There are 2 main challenges. First, noncoding regions are very large, approximately 60 times larger than coding regions. The larger the region to be explored, the more difficult it is to identify the cause of the disease. A second challenge is the difficulty in inferring the biological effects of sequence variations in noncoding regions. The first challenge can be addressed with a 2-step strategy, as was done in CHNG3: (1) defining the candidate region using physical mapping methods such as linkage analysis; and (2) performing WGS of undiagnosed cases (ideally, familial cases) to identify the region(s) where rare sequence variants are over-represented in patients relative to controls. Physical mapping is a valuable method of identifying genes responsible for autosomal dominant traits, but since the introduction of WES, its value has decreased dramatically. However, now that the identification of responsible genes with WES has clearly peaked, it is time for physical mapping methods to be reevaluated.

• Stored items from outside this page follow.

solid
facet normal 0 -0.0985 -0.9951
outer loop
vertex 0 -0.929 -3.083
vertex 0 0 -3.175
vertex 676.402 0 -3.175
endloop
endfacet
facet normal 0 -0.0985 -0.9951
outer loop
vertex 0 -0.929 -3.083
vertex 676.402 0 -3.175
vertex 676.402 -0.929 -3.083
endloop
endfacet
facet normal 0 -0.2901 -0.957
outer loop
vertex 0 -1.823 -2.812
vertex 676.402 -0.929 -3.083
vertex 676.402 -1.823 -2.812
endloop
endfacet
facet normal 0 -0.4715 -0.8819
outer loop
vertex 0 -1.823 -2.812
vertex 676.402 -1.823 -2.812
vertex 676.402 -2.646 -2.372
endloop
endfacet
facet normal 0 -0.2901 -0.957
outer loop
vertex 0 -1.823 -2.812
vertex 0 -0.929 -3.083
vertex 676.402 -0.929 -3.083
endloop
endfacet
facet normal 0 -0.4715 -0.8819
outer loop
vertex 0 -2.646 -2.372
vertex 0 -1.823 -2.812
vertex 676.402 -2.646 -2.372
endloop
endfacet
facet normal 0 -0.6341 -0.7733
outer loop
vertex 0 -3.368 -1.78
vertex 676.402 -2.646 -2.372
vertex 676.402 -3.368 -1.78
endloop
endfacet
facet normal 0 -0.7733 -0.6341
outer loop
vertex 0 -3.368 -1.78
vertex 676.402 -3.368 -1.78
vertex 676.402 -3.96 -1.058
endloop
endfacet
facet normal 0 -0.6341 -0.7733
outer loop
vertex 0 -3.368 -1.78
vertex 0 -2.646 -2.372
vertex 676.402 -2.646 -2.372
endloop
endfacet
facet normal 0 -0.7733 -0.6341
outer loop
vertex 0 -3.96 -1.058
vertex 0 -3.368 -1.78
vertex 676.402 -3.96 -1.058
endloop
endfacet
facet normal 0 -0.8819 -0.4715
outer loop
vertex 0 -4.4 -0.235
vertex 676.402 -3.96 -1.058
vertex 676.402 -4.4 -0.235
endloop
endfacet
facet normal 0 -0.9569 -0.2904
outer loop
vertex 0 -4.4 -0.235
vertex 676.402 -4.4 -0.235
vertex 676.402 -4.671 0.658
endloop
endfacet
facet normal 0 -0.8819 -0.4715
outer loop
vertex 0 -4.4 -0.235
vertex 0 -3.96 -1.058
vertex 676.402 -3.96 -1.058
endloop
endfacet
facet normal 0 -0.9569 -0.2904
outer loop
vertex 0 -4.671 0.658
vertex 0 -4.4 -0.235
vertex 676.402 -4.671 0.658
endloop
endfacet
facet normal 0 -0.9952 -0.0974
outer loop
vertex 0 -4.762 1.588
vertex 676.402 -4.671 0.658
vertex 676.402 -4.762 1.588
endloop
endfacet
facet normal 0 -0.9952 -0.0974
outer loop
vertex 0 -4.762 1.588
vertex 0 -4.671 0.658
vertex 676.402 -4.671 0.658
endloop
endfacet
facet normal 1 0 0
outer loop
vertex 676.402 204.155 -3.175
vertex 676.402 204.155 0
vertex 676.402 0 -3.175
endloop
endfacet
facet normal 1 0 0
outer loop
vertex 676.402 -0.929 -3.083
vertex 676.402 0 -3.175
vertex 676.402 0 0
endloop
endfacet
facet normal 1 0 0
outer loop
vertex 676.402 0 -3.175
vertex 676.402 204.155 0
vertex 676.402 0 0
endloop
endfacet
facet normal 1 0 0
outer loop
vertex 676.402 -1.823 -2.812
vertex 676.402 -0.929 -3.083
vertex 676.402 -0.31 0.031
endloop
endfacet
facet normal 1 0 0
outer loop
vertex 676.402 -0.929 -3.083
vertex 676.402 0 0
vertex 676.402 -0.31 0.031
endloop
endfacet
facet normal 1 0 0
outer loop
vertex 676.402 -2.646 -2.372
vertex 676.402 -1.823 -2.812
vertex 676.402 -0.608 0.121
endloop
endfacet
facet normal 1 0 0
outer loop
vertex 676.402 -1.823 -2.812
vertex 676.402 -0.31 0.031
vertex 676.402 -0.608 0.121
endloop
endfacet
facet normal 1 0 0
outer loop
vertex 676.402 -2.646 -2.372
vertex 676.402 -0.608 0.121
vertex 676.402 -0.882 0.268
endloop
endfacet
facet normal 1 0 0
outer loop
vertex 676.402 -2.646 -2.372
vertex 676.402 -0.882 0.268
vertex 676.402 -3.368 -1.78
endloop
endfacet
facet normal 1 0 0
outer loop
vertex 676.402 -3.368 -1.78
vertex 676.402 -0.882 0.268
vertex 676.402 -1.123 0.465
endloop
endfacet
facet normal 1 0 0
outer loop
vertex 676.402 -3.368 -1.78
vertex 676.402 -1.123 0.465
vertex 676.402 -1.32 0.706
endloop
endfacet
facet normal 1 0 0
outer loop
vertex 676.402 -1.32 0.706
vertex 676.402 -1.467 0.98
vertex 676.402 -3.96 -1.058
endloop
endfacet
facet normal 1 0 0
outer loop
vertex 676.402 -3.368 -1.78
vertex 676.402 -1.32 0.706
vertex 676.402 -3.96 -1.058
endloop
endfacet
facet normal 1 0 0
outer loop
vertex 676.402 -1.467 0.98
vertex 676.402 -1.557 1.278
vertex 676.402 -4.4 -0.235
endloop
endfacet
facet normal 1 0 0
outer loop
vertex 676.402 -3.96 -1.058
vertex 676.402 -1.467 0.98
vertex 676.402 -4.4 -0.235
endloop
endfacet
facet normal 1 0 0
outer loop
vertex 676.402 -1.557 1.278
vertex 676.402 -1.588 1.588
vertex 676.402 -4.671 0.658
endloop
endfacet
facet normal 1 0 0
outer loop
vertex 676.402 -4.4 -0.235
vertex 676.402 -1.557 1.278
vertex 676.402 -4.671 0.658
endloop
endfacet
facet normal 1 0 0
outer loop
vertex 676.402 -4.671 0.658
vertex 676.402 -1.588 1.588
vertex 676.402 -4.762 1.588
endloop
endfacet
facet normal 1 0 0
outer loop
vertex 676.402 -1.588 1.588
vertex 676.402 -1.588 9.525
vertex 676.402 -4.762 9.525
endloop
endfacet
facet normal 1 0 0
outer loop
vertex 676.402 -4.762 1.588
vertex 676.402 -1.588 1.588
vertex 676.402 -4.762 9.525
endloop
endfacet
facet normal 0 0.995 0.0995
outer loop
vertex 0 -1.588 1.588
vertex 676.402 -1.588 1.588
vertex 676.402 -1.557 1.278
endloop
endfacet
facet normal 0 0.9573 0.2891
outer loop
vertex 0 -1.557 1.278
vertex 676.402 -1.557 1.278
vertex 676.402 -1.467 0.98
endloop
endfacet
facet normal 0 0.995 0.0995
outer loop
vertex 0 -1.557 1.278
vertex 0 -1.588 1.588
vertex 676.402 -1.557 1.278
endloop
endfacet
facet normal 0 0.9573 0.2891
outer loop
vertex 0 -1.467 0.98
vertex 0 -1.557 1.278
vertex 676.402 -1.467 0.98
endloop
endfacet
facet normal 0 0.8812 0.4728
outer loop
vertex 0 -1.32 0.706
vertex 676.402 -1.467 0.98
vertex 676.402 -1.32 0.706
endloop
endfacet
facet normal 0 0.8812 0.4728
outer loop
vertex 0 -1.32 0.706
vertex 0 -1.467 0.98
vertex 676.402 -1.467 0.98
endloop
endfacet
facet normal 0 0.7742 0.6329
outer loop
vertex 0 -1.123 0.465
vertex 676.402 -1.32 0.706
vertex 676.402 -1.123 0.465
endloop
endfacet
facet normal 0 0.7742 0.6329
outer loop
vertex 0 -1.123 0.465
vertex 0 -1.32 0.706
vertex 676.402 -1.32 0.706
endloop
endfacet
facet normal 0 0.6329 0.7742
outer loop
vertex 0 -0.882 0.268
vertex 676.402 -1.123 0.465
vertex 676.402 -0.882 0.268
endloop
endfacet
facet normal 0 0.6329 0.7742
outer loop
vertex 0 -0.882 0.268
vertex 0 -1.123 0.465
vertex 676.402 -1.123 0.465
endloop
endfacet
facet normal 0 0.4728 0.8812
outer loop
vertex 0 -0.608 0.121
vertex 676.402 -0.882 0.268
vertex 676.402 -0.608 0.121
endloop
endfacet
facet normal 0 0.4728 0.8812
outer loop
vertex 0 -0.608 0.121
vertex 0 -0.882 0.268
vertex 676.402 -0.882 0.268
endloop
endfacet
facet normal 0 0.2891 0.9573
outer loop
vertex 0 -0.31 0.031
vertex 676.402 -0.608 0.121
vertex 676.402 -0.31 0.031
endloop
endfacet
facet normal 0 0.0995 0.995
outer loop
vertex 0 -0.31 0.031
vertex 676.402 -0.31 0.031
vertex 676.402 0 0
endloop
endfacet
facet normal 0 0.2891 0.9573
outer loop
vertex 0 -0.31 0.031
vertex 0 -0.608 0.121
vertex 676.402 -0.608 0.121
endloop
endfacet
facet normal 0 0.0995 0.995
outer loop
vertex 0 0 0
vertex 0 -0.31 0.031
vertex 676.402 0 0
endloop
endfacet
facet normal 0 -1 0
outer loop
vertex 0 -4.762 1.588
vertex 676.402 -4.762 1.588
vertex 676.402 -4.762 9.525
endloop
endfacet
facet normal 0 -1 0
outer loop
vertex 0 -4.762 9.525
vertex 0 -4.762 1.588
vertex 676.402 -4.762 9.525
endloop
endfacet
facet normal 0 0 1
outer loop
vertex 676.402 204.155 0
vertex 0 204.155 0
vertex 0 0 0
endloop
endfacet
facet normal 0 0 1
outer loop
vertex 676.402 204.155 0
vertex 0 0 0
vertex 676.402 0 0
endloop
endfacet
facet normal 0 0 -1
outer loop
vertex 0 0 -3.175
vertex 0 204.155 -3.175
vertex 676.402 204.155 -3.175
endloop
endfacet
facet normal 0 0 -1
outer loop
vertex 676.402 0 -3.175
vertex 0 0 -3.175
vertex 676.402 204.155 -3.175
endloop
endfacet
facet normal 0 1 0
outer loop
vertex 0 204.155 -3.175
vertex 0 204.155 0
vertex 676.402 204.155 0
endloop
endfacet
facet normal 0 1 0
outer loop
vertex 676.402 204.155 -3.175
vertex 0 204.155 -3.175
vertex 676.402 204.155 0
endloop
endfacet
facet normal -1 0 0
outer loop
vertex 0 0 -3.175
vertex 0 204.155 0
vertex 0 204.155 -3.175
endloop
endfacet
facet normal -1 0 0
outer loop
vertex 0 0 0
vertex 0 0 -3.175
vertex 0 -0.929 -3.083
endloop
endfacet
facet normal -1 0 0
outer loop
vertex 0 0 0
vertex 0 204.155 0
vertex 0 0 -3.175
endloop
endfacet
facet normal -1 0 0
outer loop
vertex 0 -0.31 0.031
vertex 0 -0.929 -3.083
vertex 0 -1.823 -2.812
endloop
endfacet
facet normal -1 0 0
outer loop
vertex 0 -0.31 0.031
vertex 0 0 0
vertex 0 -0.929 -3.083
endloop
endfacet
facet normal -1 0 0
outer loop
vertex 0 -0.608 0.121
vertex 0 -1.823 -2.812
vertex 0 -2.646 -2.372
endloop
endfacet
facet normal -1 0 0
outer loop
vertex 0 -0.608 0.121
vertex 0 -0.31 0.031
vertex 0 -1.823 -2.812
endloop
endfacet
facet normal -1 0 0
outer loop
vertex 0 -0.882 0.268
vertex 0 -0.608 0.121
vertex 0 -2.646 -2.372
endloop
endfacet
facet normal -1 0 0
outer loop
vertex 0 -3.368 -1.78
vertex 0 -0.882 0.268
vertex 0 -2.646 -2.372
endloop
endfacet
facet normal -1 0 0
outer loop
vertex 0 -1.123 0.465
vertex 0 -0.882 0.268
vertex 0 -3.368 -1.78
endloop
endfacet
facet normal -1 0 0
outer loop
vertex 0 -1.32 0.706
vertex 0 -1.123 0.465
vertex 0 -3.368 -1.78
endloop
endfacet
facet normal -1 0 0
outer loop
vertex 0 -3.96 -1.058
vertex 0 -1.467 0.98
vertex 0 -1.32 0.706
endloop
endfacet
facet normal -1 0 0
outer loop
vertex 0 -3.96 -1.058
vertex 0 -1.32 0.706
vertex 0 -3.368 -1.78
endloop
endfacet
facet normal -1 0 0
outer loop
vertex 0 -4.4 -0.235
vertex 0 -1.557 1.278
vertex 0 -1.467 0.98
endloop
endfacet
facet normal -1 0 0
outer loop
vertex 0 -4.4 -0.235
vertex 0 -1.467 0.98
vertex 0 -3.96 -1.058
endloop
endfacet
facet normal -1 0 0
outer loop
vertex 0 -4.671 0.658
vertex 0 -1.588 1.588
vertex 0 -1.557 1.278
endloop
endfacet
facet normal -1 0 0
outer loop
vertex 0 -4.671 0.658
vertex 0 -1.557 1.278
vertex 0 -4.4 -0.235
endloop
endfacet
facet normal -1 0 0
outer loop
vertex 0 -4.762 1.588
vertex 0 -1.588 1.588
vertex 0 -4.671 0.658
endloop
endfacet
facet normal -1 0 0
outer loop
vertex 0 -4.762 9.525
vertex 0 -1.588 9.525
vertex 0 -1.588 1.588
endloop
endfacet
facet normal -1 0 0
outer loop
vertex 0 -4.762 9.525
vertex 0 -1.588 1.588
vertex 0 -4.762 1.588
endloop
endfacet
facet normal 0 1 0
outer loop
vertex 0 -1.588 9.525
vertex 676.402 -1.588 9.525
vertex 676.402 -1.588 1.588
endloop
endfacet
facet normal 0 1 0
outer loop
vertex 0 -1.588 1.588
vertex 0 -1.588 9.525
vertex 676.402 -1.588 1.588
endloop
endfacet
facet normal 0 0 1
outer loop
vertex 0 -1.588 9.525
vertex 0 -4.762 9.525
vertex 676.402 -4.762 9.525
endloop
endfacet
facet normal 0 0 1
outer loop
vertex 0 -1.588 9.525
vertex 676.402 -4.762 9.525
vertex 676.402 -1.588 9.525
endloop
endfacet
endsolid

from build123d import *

# Parameters (mm, degrees)
SKETCH1_W          = 676.402
SKETCH1_H          = 204.15504
BASE_FLANGE1_DEPTH = 3.175
EDGE_FLANGE1_DEPTH = 676.402
SKETCH9_R          = 9.525
CUT_EXTRUDE1_DEPTH = 3.175


# Sheet-metal steps are written as plain solids
with BuildPart() as part:
    # Sketch1 → Base-Flange1 (new body)
    with BuildSketch(Plane.XY):
        with Locations((338.201, 102.07752)):
            Rectangle(SKETCH1_W, SKETCH1_H)
    extrude(amount=-BASE_FLANGE1_DEPTH)

    # Edge-Flange1 section (across the edge) → Edge-Flange1 (add)
    with BuildSketch(Plane(origin=(0, -1.5875, 0), x_dir=(0, 1, 0), z_dir=(1, 0, 0))):
        with BuildLine():
            Line((-3.175, 1.5875), (-3.175, 9.525))
            Line((-3.175, 9.525), (0, 9.525))
            Line((0, 9.525), (0, 1.5875))
            ThreePointArc((0, 1.5875), (0.464967985, 0.464967985), (1.5875, 0))
            Line((1.5875, 0), (1.5875, -3.175))
            ThreePointArc((1.5875, -3.175), (-1.780096045, -1.780096045), (-3.175, 1.5875))
        make_face()
    extrude(amount=EDGE_FLANGE1_DEPTH)

    # Sketch9 → Cut-Extrude1 (cut)
    with BuildSketch(Plane(origin=(0, 0, 1.251039998), x_dir=(-1, 0, 0), z_dir=(0, 0, -1))):
        with Locations((-267.508853456, 43.732259818)):
            Circle(SKETCH9_R)
        with Locations((-180.176306543, 43.732259818)):
            Circle(SKETCH9_R)
        with Locations((-38.908853456, 43.732259818)):
            Circle(SKETCH9_R)
        with Locations((-637.376306543, 43.732259818)):
            Circle(SKETCH9_R)
        with Locations((-496.108853456, 43.732259818)):
            Circle(SKETCH9_R)
        with Locations((-408.776306543, 43.732259818)):
            Circle(SKETCH9_R)
        with Locations((-38.908853456, 163.597780182)):
            Circle(SKETCH9_R)
        with Locations((-180.176306543, 163.597780182)):
            Circle(SKETCH9_R)
        with Locations((-408.776306543, 163.597780182)):
            Circle(SKETCH9_R)
        with Locations((-267.508853456, 163.597780182)):
            Circle(SKETCH9_R)
        with Locations((-637.376306543, 163.597780182)):
            Circle(SKETCH9_R)
        with Locations((-496.108853456, 163.597780182)):
            Circle(SKETCH9_R)
    extrude(amount=-CUT_EXTRUDE1_DEPTH, mode=Mode.SUBTRACT)


solid = part.part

As for the second challenge, inference of the biological effects of sequence changes in noncoding regions has been the subject of intense research by genome researchers in relation to interpretation of signals from genome-wide association studies. Studies on epigenomic interactions between DNA, histone proteins and transcriptional regulators are in progress. These studies will greatly advance our understanding of the biological roles of noncoding regions.
Could it be that about 15% of Mendelian disorders are due to abnormalities in noncoding regions, as Cooper and colleagues have envisioned? We are optimistic that we will soon be able to answer this question.